Daarna is, met Stolypine, een andere koers ingeslagen, die onder Kokoftsef is vervolgd, al was dat de bedoeling niet bij zijne benoeming. Reeds toen wenschten de reactionnairen een homme à poigne, maar Kokoftsef is geen man naar hun hart geweest.

De minister van financiën van het Russische rijk (tot dusver tevens president van den ministerraad) is uit den aard der zaak wel in de gelegenheid geweest eenige waarde te leeren hechten aan de opinie van Europa. Hij had leeningen te sluiten op de Europeesche geldmarkt, en wist dat die beter zouden slagen wanneer althans de schijn werd opgehouden dat in Rusland een behoorlijke contrôle der volksvertegenwoordiging op het beheer der openbare geldmiddelen bestaat. Tegen het wegvallen der tolgrens tusschen Rusland en Finland (laatste overblijfsel der Finsche zelfstandigheid) heeft hij zich verzet. Na de vrijspraak van Beilis heeft hij de pogroms tegengehouden. Door dit een en ander heeft hij zich veel vijandschap op den hals gehaald van de in Rusland ondanks alles nog zoo machtige reactionnaire volkselementen, die beter verwachting hebben van den tot opvolger benoemden Goremykine.

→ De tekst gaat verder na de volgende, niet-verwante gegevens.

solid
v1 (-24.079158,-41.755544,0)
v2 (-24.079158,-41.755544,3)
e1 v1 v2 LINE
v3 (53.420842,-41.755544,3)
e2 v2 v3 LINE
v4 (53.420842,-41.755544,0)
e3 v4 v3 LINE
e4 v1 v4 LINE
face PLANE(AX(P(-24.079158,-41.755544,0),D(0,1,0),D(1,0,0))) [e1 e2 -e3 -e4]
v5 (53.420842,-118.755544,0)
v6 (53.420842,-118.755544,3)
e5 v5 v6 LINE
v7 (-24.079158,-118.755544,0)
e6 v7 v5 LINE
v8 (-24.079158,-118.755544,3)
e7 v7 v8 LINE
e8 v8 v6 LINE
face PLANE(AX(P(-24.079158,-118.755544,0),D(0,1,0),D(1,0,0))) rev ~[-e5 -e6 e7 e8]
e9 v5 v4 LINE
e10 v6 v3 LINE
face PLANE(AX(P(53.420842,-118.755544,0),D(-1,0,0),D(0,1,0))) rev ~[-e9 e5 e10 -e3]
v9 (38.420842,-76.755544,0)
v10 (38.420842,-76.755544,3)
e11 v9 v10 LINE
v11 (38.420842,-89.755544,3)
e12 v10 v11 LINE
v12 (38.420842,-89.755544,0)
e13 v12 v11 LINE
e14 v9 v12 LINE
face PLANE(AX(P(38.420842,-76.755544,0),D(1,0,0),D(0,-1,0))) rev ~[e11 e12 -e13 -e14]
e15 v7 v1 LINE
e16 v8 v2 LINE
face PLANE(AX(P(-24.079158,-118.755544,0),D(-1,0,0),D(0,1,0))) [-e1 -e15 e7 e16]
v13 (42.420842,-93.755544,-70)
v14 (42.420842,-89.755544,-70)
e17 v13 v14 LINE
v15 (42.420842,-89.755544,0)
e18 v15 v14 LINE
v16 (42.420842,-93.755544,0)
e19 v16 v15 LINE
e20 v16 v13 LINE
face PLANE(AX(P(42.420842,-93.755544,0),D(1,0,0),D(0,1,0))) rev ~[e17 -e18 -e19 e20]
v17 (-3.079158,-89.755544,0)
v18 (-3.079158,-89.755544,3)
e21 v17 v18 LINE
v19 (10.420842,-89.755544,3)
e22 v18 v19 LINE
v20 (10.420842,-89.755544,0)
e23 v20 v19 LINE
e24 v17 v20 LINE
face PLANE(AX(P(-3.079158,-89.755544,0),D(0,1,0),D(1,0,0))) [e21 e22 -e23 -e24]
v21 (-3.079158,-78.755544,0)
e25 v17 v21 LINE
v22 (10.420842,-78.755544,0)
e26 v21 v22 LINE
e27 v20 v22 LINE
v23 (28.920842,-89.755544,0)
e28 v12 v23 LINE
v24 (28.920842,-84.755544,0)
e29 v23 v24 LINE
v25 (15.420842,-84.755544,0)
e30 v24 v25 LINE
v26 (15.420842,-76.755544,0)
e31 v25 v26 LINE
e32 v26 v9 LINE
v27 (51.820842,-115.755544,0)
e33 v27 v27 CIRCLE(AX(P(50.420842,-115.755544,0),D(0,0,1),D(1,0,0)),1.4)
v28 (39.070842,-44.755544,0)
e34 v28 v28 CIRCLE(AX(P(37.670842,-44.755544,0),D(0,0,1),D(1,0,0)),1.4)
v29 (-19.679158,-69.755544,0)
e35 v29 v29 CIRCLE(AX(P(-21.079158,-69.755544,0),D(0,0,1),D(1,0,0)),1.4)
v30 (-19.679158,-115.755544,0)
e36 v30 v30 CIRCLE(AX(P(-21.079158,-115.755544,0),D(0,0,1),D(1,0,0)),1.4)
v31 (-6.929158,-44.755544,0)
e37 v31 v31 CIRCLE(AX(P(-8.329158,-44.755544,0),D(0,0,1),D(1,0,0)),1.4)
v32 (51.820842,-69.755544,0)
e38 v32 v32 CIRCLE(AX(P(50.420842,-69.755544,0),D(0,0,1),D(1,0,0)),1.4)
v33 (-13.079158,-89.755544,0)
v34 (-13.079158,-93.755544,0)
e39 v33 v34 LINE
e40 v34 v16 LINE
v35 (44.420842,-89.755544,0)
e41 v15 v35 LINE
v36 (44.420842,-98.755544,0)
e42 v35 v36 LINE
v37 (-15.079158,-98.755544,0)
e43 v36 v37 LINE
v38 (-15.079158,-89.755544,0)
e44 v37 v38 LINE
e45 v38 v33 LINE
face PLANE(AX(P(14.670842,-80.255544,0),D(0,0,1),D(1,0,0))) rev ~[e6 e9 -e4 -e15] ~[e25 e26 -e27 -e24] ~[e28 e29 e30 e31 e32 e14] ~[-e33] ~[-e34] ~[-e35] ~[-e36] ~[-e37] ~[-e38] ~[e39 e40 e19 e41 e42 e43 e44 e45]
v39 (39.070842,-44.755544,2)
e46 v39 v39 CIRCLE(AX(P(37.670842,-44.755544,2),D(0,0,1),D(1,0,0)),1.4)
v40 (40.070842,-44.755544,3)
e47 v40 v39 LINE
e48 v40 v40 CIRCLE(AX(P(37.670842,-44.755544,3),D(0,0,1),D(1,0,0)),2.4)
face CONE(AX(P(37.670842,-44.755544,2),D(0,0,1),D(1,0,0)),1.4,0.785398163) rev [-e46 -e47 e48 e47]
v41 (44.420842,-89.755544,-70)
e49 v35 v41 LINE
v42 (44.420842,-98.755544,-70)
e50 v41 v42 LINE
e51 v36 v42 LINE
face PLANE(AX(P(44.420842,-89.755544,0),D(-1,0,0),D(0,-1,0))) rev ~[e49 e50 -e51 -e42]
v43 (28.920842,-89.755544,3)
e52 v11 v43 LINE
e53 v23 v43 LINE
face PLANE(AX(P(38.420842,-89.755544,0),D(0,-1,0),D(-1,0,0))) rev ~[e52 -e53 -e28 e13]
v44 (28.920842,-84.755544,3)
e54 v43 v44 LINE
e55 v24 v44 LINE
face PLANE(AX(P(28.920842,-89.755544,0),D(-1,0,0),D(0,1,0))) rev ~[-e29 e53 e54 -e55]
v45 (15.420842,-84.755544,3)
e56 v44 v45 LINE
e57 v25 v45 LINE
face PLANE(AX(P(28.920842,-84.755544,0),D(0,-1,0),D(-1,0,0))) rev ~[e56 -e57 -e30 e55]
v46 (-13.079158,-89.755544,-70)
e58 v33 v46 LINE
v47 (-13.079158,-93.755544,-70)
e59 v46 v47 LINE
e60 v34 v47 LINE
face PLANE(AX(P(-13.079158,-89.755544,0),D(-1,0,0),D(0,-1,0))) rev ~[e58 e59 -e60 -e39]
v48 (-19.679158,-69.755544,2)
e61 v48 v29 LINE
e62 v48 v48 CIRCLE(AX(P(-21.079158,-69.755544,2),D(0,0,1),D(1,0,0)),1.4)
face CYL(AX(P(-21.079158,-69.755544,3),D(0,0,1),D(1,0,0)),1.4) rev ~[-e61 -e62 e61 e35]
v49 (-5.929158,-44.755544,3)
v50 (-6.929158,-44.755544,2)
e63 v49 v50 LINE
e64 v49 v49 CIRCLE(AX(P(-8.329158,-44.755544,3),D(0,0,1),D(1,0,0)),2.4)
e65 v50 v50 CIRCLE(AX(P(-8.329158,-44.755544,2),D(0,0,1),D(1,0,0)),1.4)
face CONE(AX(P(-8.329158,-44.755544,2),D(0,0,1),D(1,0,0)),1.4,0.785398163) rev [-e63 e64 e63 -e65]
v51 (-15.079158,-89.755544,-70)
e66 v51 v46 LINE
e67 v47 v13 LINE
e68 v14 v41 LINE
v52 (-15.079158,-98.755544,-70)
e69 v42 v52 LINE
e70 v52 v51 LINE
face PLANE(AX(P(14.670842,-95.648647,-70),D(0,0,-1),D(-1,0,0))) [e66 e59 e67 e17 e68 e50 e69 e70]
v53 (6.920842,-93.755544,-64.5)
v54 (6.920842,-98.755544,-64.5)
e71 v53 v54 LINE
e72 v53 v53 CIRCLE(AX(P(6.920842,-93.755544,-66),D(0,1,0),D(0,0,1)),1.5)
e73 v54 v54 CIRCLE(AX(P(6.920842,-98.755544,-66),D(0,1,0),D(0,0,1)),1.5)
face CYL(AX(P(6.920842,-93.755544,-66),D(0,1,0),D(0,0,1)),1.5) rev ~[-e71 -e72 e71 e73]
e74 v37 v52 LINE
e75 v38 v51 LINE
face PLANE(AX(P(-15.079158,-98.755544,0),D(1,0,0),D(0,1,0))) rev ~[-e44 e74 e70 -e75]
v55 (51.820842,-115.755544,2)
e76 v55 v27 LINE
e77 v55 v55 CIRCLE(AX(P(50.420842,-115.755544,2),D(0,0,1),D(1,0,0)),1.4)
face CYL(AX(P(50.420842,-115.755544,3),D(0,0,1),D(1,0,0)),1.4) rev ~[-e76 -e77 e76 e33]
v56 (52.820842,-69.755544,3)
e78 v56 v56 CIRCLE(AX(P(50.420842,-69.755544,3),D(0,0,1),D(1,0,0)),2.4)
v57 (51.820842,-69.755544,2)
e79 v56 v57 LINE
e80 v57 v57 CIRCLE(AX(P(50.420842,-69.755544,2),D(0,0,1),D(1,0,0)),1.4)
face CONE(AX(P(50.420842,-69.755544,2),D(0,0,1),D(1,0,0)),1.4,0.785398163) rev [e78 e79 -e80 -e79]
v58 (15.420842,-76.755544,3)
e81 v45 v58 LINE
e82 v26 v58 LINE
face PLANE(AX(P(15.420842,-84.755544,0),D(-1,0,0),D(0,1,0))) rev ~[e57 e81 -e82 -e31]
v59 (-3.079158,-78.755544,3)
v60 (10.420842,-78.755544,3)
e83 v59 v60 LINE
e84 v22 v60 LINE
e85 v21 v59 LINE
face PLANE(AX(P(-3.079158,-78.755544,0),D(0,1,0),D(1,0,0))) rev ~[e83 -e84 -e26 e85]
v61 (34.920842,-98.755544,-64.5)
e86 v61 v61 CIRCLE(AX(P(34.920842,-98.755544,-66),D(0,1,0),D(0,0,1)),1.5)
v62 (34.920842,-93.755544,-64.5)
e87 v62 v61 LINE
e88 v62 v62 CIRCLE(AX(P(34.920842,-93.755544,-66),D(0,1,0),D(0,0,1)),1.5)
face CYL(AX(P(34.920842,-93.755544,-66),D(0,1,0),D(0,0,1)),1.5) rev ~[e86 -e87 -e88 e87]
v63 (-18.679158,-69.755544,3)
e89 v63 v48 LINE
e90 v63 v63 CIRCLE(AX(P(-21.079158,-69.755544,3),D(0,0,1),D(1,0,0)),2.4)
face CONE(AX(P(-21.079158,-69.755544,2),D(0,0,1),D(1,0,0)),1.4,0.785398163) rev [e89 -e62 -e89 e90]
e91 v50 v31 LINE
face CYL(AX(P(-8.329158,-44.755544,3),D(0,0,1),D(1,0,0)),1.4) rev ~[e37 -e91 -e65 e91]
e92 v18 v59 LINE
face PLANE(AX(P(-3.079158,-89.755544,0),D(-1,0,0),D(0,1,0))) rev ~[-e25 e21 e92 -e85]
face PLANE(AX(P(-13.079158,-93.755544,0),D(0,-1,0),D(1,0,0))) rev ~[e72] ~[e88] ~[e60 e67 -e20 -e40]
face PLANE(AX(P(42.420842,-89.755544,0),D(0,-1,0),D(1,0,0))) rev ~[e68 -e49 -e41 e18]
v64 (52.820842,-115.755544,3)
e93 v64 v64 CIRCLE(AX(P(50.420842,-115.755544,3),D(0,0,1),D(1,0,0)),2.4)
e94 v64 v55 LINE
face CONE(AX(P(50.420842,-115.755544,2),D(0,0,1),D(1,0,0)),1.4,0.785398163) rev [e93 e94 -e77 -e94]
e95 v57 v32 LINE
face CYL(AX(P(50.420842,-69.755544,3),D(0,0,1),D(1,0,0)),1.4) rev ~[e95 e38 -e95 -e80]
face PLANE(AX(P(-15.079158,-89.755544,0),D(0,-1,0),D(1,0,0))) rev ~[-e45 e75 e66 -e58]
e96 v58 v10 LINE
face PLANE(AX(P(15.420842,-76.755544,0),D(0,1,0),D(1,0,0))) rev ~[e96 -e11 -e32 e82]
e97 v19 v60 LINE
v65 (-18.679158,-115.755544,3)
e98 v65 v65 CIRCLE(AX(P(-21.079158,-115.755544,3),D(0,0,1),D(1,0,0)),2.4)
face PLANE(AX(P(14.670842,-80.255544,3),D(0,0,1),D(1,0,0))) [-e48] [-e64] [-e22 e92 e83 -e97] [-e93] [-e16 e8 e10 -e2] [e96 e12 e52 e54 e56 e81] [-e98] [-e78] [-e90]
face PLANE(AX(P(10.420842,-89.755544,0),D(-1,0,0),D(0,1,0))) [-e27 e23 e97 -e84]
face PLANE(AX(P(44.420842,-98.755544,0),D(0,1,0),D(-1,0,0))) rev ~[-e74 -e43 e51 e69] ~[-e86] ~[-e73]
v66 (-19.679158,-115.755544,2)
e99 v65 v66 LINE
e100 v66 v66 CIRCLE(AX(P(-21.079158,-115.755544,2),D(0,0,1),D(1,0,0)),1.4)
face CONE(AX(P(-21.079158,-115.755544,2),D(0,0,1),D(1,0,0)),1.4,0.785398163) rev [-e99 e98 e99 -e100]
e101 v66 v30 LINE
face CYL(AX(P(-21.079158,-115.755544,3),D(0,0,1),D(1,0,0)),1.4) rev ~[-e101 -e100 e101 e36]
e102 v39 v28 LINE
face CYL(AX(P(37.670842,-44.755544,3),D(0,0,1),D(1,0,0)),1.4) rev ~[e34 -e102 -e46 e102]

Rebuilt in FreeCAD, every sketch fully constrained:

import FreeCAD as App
import Part
import Sketcher
from FreeCAD import Vector
Q = App.Units.Quantity


def edges_at(feature, points):
    """Names of the edges that pass closest to the given points."""
    edges = feature.Shape.Edges
    near = lambda p: min(range(len(edges)), key=lambda i: edges[i].distToShape(Part.Vertex(*p))[0])
    return sorted({f"Edge{near(p) + 1}" for p in points})

doc = App.newDocument("Part")
params = doc.addObject("Spreadsheet::Sheet", "Params")
for row, (alias, value) in enumerate([
    ("sketch1_width", "23 mm"),
    ("sketch1_height", "77 mm"),
    ("sketch1_height2", "11 mm"),
    ("sketch1_height3", "8 mm"),
    ("sketch1_height4", "13 mm"),
    ("pad1_length", "3 mm"),
    ("sketch2_width", "2 mm"),
    ("sketch2_height", "4 mm"),
    ("sketch2_height2", "9 mm"),
    ("sketch2_width2", "55.5 mm"),
    ("pad2_length", "70 mm"),
    ("sketch3_diameter", "2.8 mm"),
    ("pocket1_length", "3 mm"),
    ("sketch4_diameter", "2.8 mm"),
    ("pocket2_length", "3 mm"),
    ("sketch5_diameter", "3 mm"),
    ("pocket3_length", "5 mm"),
    ("chamfer_size", "1 mm"),
    ("chamfer2_size", "1 mm"),
    ("chamfer3_size", "1 mm"),
], start=1):
    params.set(f"A{row}", alias)
    params.set(f"B{row}", "=" + value)
    params.setAlias(f"B{row}", alias)

body = doc.addObject("PartDesign::Body", "Body")

sketch1 = body.newObject("Sketcher::SketchObject", "Sketch")
sketch1.AttachmentSupport = (doc.getObject("XY_Plane"), [""])
sketch1.MapMode = "FlatFace"
sketch1.addGeometry(Part.LineSegment(Vector(-24, -42, 0), Vector(-24, -119, 0)), False)
sketch1.addGeometry(Part.LineSegment(Vector(-24, -119, 0), Vector(53, -119, 0)), False)
sketch1.addGeometry(Part.LineSegment(Vector(53, -119, 0), Vector(53, -42, 0)), False)
sketch1.addGeometry(Part.LineSegment(Vector(53, -42, 0), Vector(-24, -42, 0)), False)
sketch1.addGeometry(Part.LineSegment(Vector(10, -90, 0), Vector(-3, -90, 0)), False)
sketch1.addGeometry(Part.LineSegment(Vector(-3, -90, 0), Vector(-3, -79, 0)), False)
sketch1.addGeometry(Part.LineSegment(Vector(-3, -79, 0), Vector(10, -79, 0)), False)
sketch1.addGeometry(Part.LineSegment(Vector(10, -79, 0), Vector(10, -90, 0)), False)
sketch1.addGeometry(Part.LineSegment(Vector(15, -85, 0), Vector(15, -77, 0)), False)
sketch1.addGeometry(Part.LineSegment(Vector(15, -77, 0), Vector(38, -77, 0)), False)
sketch1.addGeometry(Part.LineSegment(Vector(38, -77, 0), Vector(38, -90, 0)), False)
sketch1.addGeometry(Part.LineSegment(Vector(38, -90, 0), Vector(29, -90, 0)), False)
sketch1.addGeometry(Part.LineSegment(Vector(29, -90, 0), Vector(29, -85, 0)), False)
sketch1.addGeometry(Part.LineSegment(Vector(29, -85, 0), Vector(15, -85, 0)), False)
sketch1.addConstraint(Sketcher.Constraint("Coincident", 0, 2, 1, 1))
sketch1.addConstraint(Sketcher.Constraint("Coincident", 1, 2, 2, 1))
sketch1.addConstraint(Sketcher.Constraint("Coincident", 2, 2, 3, 1))
sketch1.addConstraint(Sketcher.Constraint("Coincident", 3, 2, 0, 1))
sketch1.addConstraint(Sketcher.Constraint("Coincident", 4, 2, 5, 1))
sketch1.addConstraint(Sketcher.Constraint("Coincident", 5, 2, 6, 1))
sketch1.addConstraint(Sketcher.Constraint("Coincident", 6, 2, 7, 1))
sketch1.addConstraint(Sketcher.Constraint("Coincident", 7, 2, 4, 1))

Een nieuwigheid is dat het ministerie van financiën niet meer met het premierschap vereenigd zal zijn. Goremykine is premier, maar er is een ander (Barck) tot minister van financiën benoemd. De taak van het beheer der financiën van dit reuzenrijk is voorzeker gewichtig genoeg om den titularis

[pagina 573]
[p. 573]

niet nog met andere functiën, gelijk tot dusver, te belasten.

 

Een-en-dertig duizend boeren zijn naar Stockholm geweest, om voor een sterker leger en een sterker vloot te manifesteeren.

Men herinnert zich wat een jaar geleden gebeurde. Het laatstvorige gouvernement had een dreadnought doen voteeren, maar het vorige zette hem niet op stapel. In een oogwenk werd toen, op particulier initiatief, bij nationale inschrijving de gevergde som van 11 millioen kronen bijeengebracht.

Het gouvernement dat toen zat en thans is afgetreden (hoewel het over de meerderheid in het parlement beschikte), zag de socialisten naar de oogen, en durfde het defensievraagstuk niet aan. Driehonderdduizend van de elfhonderdduizend kiezers die Zweden telt hebben geprotesteerd, en de een-en-dertigduizend hebben als gemachtigden der driehonderdduizend het protest naar Stockholm gedragen.

Zweden, dat in honderd jaren geen oorlog heeft gevoerd, peinst thans over niets zoozeer als over het militaire vraagstuk. Het heeft het gevoel, dat het door Rusland wordt bekropen.

Nog steeds streeft Rusland naar de ijsvrije zee. Aan den Bosporus, aan de Perzische Golf houden anderen de wacht. De Oostzee wordt beheerscht door Duitsche kanonnen. Port Arthur is verloren gegaan. Mocht Rusland, door het gerussificeerde Finland heen, op Zweden de zware hand kunnen leggen, dan is spoedig een punt op de kust van Noorwegen bereikt, een uitweg op de Noordzee; dan is Rusland de hinderlijke Sond voorbij.

Kan Zweden zich tegen een eventueelen aanslag van Rusland verdedigen? Neen, zegt het landvolk; en het zegt er bij dat dit anders moet worden.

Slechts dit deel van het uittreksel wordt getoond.